Faculty affiliated with the committee include tenured and adjunct professors drawn from departments such as History of Art and Architecture, Comparative Literature, African and African American Studies, Romance Languages and Literatures, and schools like Harvard Divinity School and Harvard Graduate School of Education. Governance structures align with models used by committees at Princeton University, Yale University, and Columbia University, involving faculty chairs, curriculum committees, and student representatives participating in bodies analogous to the Harvard Faculty Council. Visiting scholars and fellows have included figures comparable to Judith Butler, bell hooks, Angela Davis, Patricia Williams, and affiliated researchers from institutions such as Brown University, Duke University, New York University, and University of California, Los Angeles.
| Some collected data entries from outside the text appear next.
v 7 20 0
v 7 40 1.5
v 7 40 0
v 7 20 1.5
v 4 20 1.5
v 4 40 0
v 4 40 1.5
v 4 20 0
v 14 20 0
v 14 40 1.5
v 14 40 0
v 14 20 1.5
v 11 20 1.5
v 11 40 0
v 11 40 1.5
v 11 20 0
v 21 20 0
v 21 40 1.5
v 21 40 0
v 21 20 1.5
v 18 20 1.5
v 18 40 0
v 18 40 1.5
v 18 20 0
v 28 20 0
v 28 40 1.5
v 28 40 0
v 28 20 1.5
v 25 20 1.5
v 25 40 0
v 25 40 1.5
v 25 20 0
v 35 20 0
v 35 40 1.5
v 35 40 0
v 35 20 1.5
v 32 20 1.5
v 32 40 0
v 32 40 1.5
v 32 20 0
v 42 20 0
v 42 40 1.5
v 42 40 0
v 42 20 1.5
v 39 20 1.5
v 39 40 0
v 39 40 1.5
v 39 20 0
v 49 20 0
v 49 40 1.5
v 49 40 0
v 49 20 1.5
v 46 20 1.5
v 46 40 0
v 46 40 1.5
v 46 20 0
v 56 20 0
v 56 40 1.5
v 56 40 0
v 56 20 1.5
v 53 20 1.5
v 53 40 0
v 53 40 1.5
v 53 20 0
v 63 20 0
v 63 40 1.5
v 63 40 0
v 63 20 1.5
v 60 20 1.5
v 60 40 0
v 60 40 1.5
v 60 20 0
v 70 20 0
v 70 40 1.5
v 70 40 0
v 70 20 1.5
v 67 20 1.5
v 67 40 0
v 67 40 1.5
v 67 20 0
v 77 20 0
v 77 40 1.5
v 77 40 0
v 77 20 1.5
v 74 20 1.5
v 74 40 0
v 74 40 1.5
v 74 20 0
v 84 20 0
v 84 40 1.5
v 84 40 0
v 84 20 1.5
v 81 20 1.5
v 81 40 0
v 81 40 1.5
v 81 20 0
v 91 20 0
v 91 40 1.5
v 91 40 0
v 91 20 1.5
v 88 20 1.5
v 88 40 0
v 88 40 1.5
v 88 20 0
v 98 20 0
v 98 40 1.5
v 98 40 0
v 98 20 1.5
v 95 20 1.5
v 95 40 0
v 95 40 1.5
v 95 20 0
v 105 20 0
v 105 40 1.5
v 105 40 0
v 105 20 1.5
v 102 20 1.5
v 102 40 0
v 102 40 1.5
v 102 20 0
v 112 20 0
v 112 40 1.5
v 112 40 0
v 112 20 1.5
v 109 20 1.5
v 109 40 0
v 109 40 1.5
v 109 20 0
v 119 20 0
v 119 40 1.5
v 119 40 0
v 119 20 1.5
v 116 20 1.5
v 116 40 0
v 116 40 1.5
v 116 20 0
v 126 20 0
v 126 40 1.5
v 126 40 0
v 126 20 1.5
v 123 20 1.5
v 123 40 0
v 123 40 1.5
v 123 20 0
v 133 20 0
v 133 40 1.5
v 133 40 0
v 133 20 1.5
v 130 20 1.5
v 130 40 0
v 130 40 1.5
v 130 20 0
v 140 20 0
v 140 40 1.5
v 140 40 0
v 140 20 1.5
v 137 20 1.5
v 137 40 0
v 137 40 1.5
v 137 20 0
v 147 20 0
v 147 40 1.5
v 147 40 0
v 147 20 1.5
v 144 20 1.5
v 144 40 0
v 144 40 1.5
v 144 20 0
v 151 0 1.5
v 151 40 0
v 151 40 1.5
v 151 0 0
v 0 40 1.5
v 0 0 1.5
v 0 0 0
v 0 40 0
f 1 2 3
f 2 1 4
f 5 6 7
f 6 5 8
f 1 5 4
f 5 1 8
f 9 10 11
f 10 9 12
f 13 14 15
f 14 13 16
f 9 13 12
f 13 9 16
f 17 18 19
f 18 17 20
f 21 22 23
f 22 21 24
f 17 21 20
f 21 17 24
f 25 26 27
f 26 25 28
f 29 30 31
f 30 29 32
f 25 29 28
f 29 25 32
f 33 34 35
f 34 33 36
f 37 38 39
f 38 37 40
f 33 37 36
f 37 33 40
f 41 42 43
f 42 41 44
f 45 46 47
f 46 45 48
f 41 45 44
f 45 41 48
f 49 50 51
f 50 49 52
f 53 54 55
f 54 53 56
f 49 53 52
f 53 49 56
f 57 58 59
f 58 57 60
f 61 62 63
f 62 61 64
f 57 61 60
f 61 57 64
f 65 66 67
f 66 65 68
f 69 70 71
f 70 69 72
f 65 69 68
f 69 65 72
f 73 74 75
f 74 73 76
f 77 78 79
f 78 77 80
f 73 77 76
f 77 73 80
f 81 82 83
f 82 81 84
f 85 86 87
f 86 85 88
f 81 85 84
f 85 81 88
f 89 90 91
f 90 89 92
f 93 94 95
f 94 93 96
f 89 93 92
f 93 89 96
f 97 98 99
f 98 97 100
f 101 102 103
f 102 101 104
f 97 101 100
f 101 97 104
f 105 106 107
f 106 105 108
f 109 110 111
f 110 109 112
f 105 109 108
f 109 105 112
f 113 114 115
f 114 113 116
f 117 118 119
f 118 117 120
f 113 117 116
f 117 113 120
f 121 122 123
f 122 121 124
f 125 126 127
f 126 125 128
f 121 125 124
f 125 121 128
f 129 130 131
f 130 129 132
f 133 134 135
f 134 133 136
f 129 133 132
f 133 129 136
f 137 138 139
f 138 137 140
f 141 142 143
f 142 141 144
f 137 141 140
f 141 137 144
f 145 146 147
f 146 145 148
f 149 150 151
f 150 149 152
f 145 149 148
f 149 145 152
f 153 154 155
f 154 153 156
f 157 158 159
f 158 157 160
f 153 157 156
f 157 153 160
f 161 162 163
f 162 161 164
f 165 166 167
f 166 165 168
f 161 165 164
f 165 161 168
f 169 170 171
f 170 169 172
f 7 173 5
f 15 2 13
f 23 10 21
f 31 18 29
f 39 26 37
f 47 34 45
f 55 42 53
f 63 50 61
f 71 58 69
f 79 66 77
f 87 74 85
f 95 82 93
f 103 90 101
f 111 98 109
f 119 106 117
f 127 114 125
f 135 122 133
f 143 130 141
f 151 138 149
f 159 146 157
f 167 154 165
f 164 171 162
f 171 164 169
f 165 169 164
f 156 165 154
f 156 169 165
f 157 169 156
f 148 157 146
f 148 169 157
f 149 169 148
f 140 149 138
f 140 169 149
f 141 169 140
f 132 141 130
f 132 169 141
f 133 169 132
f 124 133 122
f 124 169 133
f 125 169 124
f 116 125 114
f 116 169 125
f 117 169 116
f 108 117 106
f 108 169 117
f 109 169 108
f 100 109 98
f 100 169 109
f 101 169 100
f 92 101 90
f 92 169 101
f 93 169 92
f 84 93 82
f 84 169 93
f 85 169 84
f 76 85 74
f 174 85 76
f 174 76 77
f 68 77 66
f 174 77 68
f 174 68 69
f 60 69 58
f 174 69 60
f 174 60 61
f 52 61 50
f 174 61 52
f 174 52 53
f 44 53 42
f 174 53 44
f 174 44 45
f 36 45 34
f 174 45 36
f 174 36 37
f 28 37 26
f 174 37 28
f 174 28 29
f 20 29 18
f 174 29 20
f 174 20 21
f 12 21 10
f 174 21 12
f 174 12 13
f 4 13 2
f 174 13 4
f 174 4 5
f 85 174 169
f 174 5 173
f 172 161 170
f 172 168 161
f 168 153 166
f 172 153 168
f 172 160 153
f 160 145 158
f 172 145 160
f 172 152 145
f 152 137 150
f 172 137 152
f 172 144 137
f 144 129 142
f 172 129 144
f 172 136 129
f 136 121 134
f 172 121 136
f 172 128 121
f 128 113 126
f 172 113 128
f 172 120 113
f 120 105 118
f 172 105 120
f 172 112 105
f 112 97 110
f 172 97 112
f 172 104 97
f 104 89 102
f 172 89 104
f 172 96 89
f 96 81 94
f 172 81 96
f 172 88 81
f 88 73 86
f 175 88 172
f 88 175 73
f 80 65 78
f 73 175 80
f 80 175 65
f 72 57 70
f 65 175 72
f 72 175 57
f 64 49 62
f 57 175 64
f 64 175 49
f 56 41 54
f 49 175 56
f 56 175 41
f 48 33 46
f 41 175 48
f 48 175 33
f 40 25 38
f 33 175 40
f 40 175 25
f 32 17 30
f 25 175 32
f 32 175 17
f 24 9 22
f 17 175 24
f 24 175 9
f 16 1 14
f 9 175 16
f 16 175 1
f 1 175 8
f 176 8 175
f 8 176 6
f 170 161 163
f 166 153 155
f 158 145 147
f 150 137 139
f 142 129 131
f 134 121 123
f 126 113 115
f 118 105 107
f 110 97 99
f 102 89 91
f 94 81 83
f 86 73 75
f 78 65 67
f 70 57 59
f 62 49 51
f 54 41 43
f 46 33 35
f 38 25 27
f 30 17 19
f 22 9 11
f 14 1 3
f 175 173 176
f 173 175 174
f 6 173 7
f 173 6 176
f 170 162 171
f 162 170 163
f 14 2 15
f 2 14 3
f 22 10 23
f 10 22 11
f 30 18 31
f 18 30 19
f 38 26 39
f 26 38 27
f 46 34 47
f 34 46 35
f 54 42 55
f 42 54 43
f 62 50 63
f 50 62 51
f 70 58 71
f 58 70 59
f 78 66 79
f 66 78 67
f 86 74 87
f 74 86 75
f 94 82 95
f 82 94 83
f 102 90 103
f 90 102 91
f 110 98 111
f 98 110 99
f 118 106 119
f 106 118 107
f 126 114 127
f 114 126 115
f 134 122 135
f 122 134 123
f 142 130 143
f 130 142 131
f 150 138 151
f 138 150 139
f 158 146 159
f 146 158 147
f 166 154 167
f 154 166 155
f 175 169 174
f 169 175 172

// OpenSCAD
copperZ = 0.85; // depth of copper indentation
copperX = 12.72+0.06;  // 12.72mm + 0.06
copperY = 27.88+0.52;  // 27.88mm + 0.52
copperTrayY = copperY + 4; // width of copper tray
copperTrayZ = 3; // thickness of copper tray
copperCount = 8;  // how many we'll tray for

difference() {
  color("mediumblue") cube([151,40,1.5]);  // the comb
  for ( a = [4 : 7 : 146] ) {   // for each cutout
    translate([a,20,-0.1]) color("white") cube([3,40,2]); // cutout for the copper slab itself
    }
  /*for ( a = [4 : copperX+2 : copperCount*(copperX+2)+1] ) {   // for each copperslab
    translate([a,(copperTrayY-copperY)/2,copperTrayZ-copperZ]){
      cube([copperX,copperY,copperZ+0.1]); // cutout for the copper slab itself
      translate([copperX,0,copperZ-(copperZ*0.5)]){
        cube (size = [1.2,1.2,copperZ*3], center = true);  // one of four corners
      }
      translate([copperX,copperY,copperZ-(copperZ*0.5)]){
        cube (size = [1.2,1.2,copperZ*3], center = true);
      }
      translate([0,0,copperZ-(copperZ*0.5)]){
        cube (size = [1.2,1.2,copperZ*3], center = true);
      }
      translate([0,copperY,copperZ-(copperZ*0.5)]){
        cube (size = [1.2,1.2,copperZ*3], center = true);
      }
      translate([0,copperY*0.5,0]){
        rotate(a = [90,0,0]) { // rotate around x axis
          cylinder (h = copperY+0.2, r = copperZ-0.4, center = true, $fs=50);
        }
      }
      translate([copperX,copperY*0.5,0]){
        rotate(a = [90,0,0]) { // rotate around x axis
          cylinder (h = copperY+0.2, r = copperZ-0.4, center = true, $fs=50);
        }
      }
      translate([copperX*0.5,0,0]){
        rotate(a = [0,90,0]) { // rotate around y axis
          cylinder (h = copperX+0.2, r = copperZ-0.4, center = true, $fs=50);
        }
      }
      translate([copperX*0.5,copperY,0]){
        rotate(a = [0,90,0]) { // rotate around y axis
          cylinder (h = copperX+0.2, r = copperZ-0.4, center = true, $fs=50);
        }
      }
    }
  }*/
}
Student activities connected to the committee feature student groups, lecture series, and activist collectives that engage with organizations like Harvard Undergraduate Women in Business, Harvard College Women's Center, Queer Students and Allies, Harvard Crimson, and campus programming collaborating with community partners including Boston Women's Workforce Council and GLAAD. Extracurricular offerings have historically included speaker events with public intellectuals akin to Martha Nussbaum, Cornel West, Ta-Nehisi Coates, Roxane Gay, and collaborations with student government entities and affinity networks modeled after those at Yale and Columbia.
Alumni connected to the committee have pursued careers in academia, law, public policy, journalism, arts, and activism, holding positions at institutions such as Harvard Law School, Columbia Journalism School, New York University, United Nations, Massachusetts Institute of Technology, and in media outlets like The New York Times, The Atlantic, The Guardian, and The Washington Post. Contributions include scholarship and public-facing work in journals and presses similar to Signs (journal), Gender & Society, Feminist Studies, Oxford University Press, Cambridge University Press, and public projects partnered with National Public Radio and cultural institutions like Lincoln Center and the Kennedy Center.